**Your instructions**: Find every line below with the string "Front" and pick it out.

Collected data

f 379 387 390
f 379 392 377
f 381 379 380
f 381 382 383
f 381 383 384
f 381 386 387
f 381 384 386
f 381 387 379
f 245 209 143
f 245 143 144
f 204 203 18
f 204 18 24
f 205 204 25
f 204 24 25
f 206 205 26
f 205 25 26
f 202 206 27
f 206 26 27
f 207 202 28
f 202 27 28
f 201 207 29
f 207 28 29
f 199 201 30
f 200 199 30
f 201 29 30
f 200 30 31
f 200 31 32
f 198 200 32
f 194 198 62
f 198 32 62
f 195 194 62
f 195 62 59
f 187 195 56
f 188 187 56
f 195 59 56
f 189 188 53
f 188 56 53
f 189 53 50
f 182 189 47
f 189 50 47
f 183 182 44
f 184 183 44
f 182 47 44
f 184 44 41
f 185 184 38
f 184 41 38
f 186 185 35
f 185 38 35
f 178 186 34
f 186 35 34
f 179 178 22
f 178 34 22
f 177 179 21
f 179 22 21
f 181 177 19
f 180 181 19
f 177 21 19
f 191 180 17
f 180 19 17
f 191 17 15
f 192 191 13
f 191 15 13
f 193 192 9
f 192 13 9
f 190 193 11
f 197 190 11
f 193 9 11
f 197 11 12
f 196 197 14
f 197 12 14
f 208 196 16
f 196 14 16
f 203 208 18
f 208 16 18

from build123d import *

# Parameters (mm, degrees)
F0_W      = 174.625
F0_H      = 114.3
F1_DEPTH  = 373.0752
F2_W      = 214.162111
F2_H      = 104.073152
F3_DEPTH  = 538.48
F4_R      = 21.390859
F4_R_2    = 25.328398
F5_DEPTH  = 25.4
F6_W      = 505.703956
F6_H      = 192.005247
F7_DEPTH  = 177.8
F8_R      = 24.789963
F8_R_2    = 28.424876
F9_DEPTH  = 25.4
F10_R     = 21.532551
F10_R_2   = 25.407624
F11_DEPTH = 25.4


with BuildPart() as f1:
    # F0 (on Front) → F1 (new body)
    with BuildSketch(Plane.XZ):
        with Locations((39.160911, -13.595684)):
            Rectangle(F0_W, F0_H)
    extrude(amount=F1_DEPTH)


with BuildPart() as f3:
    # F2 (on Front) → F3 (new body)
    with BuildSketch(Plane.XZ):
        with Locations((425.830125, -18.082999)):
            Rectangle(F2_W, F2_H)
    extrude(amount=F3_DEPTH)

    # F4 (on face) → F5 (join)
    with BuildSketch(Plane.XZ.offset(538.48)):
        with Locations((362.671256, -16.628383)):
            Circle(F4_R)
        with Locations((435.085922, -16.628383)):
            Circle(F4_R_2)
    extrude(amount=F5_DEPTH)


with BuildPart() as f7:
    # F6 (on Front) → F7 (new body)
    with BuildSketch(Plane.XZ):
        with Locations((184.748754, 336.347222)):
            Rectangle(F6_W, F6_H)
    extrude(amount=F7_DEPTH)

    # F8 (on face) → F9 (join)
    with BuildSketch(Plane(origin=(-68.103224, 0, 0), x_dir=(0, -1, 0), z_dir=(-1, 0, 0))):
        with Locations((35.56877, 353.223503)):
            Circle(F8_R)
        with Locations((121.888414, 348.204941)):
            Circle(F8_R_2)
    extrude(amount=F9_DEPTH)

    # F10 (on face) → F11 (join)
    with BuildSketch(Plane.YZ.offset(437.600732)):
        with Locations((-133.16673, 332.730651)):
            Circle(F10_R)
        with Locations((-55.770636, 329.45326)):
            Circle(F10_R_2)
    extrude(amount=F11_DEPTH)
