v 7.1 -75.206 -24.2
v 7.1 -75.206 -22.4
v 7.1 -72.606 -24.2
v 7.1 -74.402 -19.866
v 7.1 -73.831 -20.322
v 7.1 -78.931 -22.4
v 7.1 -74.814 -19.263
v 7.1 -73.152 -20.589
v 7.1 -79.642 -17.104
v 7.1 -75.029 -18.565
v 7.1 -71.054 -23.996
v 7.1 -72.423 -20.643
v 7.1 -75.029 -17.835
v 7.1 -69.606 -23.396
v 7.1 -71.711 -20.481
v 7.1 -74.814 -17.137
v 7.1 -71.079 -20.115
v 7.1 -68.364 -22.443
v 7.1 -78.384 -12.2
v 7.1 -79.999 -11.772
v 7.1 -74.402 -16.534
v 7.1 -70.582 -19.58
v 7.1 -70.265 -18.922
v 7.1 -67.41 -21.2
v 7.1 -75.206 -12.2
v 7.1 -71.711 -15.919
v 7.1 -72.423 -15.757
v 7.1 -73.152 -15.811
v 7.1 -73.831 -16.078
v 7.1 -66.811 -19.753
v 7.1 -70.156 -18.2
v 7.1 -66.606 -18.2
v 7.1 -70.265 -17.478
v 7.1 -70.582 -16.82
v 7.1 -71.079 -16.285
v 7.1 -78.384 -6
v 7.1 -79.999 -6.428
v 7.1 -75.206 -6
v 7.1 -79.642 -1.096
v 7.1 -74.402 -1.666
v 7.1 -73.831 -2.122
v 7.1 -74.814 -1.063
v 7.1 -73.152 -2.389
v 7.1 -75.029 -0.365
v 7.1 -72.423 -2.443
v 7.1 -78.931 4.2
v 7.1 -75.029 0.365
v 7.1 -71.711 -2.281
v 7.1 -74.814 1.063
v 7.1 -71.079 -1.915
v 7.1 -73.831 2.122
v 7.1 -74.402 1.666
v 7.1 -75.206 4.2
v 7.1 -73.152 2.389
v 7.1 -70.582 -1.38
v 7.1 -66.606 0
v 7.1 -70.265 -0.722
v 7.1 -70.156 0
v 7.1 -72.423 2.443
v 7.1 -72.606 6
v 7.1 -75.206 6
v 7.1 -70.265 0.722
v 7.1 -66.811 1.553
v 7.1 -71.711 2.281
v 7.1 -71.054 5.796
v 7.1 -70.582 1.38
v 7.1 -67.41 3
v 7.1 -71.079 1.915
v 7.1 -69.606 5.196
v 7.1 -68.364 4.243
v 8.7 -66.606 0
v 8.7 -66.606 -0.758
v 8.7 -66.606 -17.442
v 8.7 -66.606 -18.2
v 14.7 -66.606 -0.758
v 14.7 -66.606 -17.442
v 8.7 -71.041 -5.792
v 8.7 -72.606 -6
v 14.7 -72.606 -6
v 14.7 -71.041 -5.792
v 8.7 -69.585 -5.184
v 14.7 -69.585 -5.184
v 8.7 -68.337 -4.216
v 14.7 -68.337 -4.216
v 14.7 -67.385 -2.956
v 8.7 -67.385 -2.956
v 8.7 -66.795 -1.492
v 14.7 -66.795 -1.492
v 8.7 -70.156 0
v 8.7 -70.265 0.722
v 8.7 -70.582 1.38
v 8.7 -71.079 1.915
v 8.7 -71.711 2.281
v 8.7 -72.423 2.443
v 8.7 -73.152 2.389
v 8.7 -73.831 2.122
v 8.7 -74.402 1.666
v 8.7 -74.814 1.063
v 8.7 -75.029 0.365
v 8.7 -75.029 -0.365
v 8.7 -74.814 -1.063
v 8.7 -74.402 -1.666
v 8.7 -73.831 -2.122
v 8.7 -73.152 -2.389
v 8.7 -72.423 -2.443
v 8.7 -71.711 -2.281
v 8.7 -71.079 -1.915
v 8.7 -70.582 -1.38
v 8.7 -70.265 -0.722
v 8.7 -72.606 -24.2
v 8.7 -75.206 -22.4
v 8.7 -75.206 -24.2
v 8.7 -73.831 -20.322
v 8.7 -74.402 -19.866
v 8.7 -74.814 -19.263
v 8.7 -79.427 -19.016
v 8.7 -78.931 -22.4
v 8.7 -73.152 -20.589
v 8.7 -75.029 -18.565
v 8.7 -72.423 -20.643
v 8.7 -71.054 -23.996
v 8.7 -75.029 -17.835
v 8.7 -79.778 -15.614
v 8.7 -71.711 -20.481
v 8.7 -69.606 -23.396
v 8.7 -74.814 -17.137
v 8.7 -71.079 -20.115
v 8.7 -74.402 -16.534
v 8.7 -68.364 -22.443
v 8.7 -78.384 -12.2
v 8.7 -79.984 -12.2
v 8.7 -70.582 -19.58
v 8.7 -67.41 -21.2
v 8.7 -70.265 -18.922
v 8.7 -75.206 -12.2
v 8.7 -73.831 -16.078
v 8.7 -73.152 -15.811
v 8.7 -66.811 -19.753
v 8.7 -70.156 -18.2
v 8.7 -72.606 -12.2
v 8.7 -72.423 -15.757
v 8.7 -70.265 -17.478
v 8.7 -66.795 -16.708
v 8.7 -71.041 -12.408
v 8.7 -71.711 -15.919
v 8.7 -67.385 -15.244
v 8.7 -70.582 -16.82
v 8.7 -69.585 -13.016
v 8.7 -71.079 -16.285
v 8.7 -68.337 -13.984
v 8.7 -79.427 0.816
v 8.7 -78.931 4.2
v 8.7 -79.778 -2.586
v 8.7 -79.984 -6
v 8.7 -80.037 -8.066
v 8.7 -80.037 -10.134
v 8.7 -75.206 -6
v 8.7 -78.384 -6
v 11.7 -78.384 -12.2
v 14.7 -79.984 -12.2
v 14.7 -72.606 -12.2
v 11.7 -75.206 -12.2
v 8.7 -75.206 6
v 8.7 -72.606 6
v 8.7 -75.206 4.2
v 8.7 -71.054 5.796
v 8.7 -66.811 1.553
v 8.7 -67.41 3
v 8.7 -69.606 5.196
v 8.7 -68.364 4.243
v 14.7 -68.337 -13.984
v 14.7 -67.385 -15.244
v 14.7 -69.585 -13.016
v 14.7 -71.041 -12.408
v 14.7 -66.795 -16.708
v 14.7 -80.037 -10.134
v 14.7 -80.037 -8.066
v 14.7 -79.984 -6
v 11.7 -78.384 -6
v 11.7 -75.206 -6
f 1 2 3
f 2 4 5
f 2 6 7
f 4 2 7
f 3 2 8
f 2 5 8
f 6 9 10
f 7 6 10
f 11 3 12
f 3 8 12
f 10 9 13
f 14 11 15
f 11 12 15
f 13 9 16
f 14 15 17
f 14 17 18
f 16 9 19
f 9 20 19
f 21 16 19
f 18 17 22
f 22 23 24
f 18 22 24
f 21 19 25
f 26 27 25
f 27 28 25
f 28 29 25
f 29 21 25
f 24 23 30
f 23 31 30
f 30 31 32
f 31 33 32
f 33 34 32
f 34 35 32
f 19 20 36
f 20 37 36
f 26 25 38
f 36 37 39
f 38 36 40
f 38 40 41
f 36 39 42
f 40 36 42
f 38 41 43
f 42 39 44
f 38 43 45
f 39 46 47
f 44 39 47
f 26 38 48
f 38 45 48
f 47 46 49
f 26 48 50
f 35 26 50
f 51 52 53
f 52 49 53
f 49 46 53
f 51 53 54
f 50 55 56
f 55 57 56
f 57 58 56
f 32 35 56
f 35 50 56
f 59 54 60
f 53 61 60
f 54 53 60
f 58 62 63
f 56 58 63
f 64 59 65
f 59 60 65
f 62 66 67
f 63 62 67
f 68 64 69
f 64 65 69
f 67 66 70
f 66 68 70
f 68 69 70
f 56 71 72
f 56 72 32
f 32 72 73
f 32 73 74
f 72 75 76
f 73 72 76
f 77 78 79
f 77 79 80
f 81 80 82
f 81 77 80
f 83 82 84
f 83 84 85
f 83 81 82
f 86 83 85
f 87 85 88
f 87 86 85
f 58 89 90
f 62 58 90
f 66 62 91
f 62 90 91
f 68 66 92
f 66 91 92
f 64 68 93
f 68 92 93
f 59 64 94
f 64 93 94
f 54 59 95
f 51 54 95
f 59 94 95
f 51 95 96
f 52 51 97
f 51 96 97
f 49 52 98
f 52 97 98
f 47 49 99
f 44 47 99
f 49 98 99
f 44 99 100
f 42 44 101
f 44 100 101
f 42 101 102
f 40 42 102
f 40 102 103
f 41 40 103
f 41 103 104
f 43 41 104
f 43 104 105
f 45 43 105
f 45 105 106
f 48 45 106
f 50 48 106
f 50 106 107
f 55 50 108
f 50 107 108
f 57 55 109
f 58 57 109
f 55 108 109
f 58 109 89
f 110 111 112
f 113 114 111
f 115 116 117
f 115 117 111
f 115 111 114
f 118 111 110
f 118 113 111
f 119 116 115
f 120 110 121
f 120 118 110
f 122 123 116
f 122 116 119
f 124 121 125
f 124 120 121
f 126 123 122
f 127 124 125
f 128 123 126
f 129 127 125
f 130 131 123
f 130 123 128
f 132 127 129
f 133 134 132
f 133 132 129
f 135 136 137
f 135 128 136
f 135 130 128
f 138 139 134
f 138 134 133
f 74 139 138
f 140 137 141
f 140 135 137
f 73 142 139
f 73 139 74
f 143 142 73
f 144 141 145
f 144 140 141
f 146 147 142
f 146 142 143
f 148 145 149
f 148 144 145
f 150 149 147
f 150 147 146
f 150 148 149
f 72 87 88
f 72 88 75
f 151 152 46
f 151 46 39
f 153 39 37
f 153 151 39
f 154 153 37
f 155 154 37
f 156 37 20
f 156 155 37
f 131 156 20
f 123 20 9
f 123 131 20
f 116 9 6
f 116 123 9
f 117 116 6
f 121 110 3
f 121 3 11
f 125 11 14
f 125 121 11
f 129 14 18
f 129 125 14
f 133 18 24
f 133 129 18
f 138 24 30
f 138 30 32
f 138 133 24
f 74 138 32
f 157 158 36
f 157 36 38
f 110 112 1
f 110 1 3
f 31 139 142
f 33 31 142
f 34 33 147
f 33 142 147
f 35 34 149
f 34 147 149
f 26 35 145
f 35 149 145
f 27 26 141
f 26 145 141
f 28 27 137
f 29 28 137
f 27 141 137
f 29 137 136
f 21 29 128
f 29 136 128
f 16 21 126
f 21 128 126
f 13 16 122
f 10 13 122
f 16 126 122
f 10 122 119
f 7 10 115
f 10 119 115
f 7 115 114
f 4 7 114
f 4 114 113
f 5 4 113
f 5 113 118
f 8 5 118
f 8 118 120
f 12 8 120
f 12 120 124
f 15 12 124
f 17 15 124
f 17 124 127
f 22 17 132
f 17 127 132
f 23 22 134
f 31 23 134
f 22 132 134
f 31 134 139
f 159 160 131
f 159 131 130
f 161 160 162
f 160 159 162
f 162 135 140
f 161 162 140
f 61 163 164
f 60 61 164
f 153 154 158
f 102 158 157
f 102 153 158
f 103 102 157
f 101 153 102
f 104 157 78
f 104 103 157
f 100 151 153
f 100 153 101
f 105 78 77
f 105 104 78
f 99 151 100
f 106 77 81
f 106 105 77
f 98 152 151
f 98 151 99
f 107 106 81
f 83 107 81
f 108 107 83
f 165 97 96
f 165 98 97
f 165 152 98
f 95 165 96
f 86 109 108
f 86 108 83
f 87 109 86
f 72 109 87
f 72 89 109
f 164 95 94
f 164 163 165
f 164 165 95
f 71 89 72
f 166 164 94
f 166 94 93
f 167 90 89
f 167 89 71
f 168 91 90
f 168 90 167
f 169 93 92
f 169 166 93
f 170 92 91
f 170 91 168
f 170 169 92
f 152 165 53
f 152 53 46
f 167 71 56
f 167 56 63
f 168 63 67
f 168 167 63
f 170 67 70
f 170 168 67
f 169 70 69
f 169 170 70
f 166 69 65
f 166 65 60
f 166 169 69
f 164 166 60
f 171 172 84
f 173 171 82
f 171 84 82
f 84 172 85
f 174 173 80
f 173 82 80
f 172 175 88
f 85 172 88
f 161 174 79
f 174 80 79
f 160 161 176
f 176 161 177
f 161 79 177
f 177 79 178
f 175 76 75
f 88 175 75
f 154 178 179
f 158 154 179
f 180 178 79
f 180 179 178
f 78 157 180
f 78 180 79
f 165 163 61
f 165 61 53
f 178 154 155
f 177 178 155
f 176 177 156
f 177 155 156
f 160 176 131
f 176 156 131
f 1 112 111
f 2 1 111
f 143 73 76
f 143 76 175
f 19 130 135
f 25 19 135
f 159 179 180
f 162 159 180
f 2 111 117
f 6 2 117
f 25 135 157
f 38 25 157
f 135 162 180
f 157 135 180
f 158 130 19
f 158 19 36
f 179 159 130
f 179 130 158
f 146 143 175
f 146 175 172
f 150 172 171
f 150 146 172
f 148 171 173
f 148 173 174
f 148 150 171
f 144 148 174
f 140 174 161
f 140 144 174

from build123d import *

# Parameters (mm, degrees)
SKETCH007_R          = 2.45
PAD005_DEPTH         = 1.6
PAD006_DEPTH         = 6
SKETCH058_W          = 3.1771358599
SKETCH058_H          = 6.2
POCKET021_DEPTH      = 1.6
POCKET021_DEPTH_BACK = 3


with BuildPart() as part:
    # Sketch007 → Pad005 (new body)
    with BuildSketch(Plane.YZ.offset(8.7)):
        with BuildLine():
            ThreePointArc((-6, 6), (-7.4371881489, -9.1), (-6, -24.2))
            Line((-6, -24.2), (0, -24.2))
            ThreePointArc((0, -24.2), (4.2426406871, -22.4426406871), (6, -18.2))
            Line((6, 0), (6, -18.2))
            ThreePointArc((6, 0), (4.2426406871, 4.2426406871), (0, 6))
            Line((-6, 6), (0, 6))
        make_face()
        Circle(SKETCH007_R, mode=Mode.SUBTRACT)
        with Locations((0, -18.2)):
            Circle(SKETCH007_R, mode=Mode.SUBTRACT)
    extrude(amount=-PAD005_DEPTH)

    # Sketch008 → Pad006 (join)
    with BuildSketch(Plane.YZ.offset(8.7)):
        with BuildLine():
            ThreePointArc((5.8114989668, -16.707860677), (3.6774423219, -13.4590699257), (0, -12.2))
            Line((-7.3771358599, -12.2), (0, -12.2))
            ThreePointArc((-7.3771358599, -6), (-7.4371881489, -9.1), (-7.3771358599, -12.2))
            Line((-7.3771358599, -6), (0, -6))
            ThreePointArc((0, -6), (3.6774423219, -4.7409300743), (5.8114989668, -1.492139323))
            Line((5.8114989668, -1.492139323), (6, -0.7579762707))
            Line((6, -0.7579762707), (6, -17.4420237293))
            Line((6, -17.4420237293), (5.8114989668, -16.707860677))
        make_face()
    extrude(amount=PAD006_DEPTH)

    # Sketch058 → Pocket021 (cut, two sides)
    with BuildSketch(Plane.YZ.offset(8.7)) as pocket021_sk:
        with BuildLine():
            Line((-2.6, 6), (-6, 6))
            ThreePointArc((-6, 6), (-6.167388681, 5.1009268767), (-6.3244944235, 4.2))
            Line((-2.6, 4.2), (-6.3244944235, 4.2))
            Line((-2.6, 6), (-2.6, 4.2))
        make_face()
        with BuildLine():
            Line((-6, -24.2), (-2.6, -24.2))
            Line((-2.6, -24.2), (-2.6, -22.4))
            Line((-2.6, -22.4), (-6.3244944235, -22.4))
            ThreePointArc((-6.3244944235, -22.4), (-6.167388681, -23.3009268767), (-6, -24.2))
        make_face()
        with Locations((-4.18856793, -9.1)):
            Rectangle(SKETCH058_W, SKETCH058_H)
    extrude(amount=-POCKET021_DEPTH, mode=Mode.SUBTRACT)
    extrude(pocket021_sk.sketch, amount=POCKET021_DEPTH_BACK, mode=Mode.SUBTRACT)


with BuildPart() as part_1:
    # Body006 placement: moved
    add(part.part.moved(Location((0, -72.6064407756, 0))))


solid = part_1.part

**Exercise response**:
    # F0 (on Front) → F1 (new body)
    # F2 (on Front) → F3 (new body)
    # F6 (on Front) → F7 (new body)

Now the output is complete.